[Task material — start]

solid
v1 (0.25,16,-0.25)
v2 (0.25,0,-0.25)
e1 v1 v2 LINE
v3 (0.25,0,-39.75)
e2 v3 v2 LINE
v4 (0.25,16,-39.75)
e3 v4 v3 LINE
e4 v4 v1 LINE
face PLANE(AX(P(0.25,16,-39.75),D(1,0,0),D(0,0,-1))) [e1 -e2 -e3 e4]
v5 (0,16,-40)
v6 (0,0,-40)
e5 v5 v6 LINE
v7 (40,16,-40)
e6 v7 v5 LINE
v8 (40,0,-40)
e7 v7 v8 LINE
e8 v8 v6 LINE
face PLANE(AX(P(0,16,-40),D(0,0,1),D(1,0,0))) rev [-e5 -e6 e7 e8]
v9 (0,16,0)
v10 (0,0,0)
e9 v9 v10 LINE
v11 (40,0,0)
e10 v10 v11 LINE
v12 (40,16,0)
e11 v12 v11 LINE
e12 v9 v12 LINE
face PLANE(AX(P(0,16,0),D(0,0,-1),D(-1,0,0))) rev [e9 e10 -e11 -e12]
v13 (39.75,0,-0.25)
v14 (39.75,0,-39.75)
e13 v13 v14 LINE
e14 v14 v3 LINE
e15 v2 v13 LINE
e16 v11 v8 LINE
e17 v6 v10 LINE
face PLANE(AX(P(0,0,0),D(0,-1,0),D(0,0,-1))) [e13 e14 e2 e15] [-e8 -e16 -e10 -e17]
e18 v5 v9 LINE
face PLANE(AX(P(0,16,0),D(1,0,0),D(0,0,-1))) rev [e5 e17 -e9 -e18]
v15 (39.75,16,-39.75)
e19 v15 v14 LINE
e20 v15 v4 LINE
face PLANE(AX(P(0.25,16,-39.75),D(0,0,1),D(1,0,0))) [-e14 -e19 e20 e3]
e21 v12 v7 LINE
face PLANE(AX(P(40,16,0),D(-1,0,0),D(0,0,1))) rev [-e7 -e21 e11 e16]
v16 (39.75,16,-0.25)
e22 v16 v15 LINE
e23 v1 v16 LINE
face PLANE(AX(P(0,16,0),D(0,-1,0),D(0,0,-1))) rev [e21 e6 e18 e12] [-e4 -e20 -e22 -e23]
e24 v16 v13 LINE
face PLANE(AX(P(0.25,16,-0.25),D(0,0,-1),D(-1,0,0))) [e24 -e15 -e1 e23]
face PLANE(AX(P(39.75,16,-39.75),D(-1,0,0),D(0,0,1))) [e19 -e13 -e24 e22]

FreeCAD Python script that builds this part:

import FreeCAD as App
import Part
import Sketcher
Q = App.Units.Quantity


def add_polygon(sketch, points):
    """Adds a closed chain of lines whose ends are joined by coincident constraints."""
    first, n = sketch.GeometryCount, len(points)
    for a, b in zip(points, points[1:] + points[:1]):
        sketch.addGeometry(Part.LineSegment(App.Vector(*a, 0), App.Vector(*b, 0)), False)
    for i in range(n):
        sketch.addConstraint(Sketcher.Constraint("Coincident", first + i, 2, first + (i + 1) % n, 1))

doc = App.newDocument("Part")
body = doc.addObject("PartDesign::Body", "Body")

sketch1 = body.newObject("Sketcher::SketchObject", "Sketch")
sketch1.AttachmentSupport = (doc.getObject("XZ_Plane"), [""])
sketch1.MapMode = "FlatFace"
add_polygon(sketch1, [(0, -40), (0, 0), (40, 0), (40, -40)])
add_polygon(sketch1, [(39.75, -0.25), (0.25, -0.25), (0.25, -39.75), (39.75, -39.75)])
sketch1.addConstraint(Sketcher.Constraint("Vertical", 0))
sketch1.addConstraint(Sketcher.Constraint("Horizontal", 1))
sketch1.addConstraint(Sketcher.Constraint("Vertical", 2))
sketch1.addConstraint(Sketcher.Constraint("Horizontal", 3))
sketch1.addConstraint(Sketcher.Constraint("Horizontal", 4))
sketch1.addConstraint(Sketcher.Constraint("Vertical", 5))
sketch1.addConstraint(Sketcher.Constraint("Horizontal", 6))
sketch1.addConstraint(Sketcher.Constraint("Vertical", 7))
sketch1.addConstraint(Sketcher.Constraint("Coincident", 0, 2, -1, 1))
sketch1.addConstraint(Sketcher.Constraint("Equal", 3, 0))
sketch1.addConstraint(Sketcher.Constraint("Equal", 6, 5))
sketch1.addConstraint(Sketcher.Constraint("DistanceX", 1, 1, 1, 2, Q("40 mm")))
sketch1.addConstraint(Sketcher.Constraint("DistanceX", 4, 2, 4, 1, Q("39.5 mm")))
sketch1.addConstraint(Sketcher.Constraint("DistanceX", -1, 1, 4, 2, Q("0.25 mm")))
sketch1.addConstraint(Sketcher.Constraint("DistanceY", 4, 2, -1, 1, Q("0.25 mm")))
pad1 = body.newObject("PartDesign::Pad", "Pad")
pad1.Profile = sketch1
pad1.Length = 16
pad1.Reversed = True

doc.recompute()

[Task material — finish]

▶ [What you will do]:
Within the material above, transcribe exactly the lines that run from the line holding "e9 v9 v10 LINE" through the line holding "FreeCAD Python script".

▶ [Answer to the exercise]:
e9 v9 v10 LINE
v11 (40,0,0)
e10 v10 v11 LINE
v12 (40,16,0)
e11 v12 v11 LINE
e12 v9 v12 LINE
face PLANE(AX(P(0,16,0),D(0,0,-1),D(-1,0,0))) rev [e9 e10 -e11 -e12]
v13 (39.75,0,-0.25)
v14 (39.75,0,-39.75)
e13 v13 v14 LINE
e14 v14 v3 LINE
e15 v2 v13 LINE
e16 v11 v8 LINE
e17 v6 v10 LINE
face PLANE(AX(P(0,0,0),D(0,-1,0),D(0,0,-1))) [e13 e14 e2 e15] [-e8 -e16 -e10 -e17]
e18 v5 v9 LINE
face PLANE(AX(P(0,16,0),D(1,0,0),D(0,0,-1))) rev [e5 e17 -e9 -e18]
v15 (39.75,16,-39.75)
e19 v15 v14 LINE
e20 v15 v4 LINE
face PLANE(AX(P(0.25,16,-39.75),D(0,0,1),D(1,0,0))) [-e14 -e19 e20 e3]
e21 v12 v7 LINE
face PLANE(AX(P(40,16,0),D(-1,0,0),D(0,0,1))) rev [-e7 -e21 e11 e16]
v16 (39.75,16,-0.25)
e22 v16 v15 LINE
e23 v1 v16 LINE
face PLANE(AX(P(0,16,0),D(0,-1,0),D(0,0,-1))) rev [e21 e6 e18 e12] [-e4 -e20 -e22 -e23]
e24 v16 v13 LINE
face PLANE(AX(P(0.25,16,-0.25),D(0,0,-1),D(-1,0,0))) [e24 -e15 -e1 e23]
face PLANE(AX(P(39.75,16,-39.75),D(-1,0,0),D(0,0,1))) [e19 -e13 -e24 e22]

FreeCAD Python script that builds this part:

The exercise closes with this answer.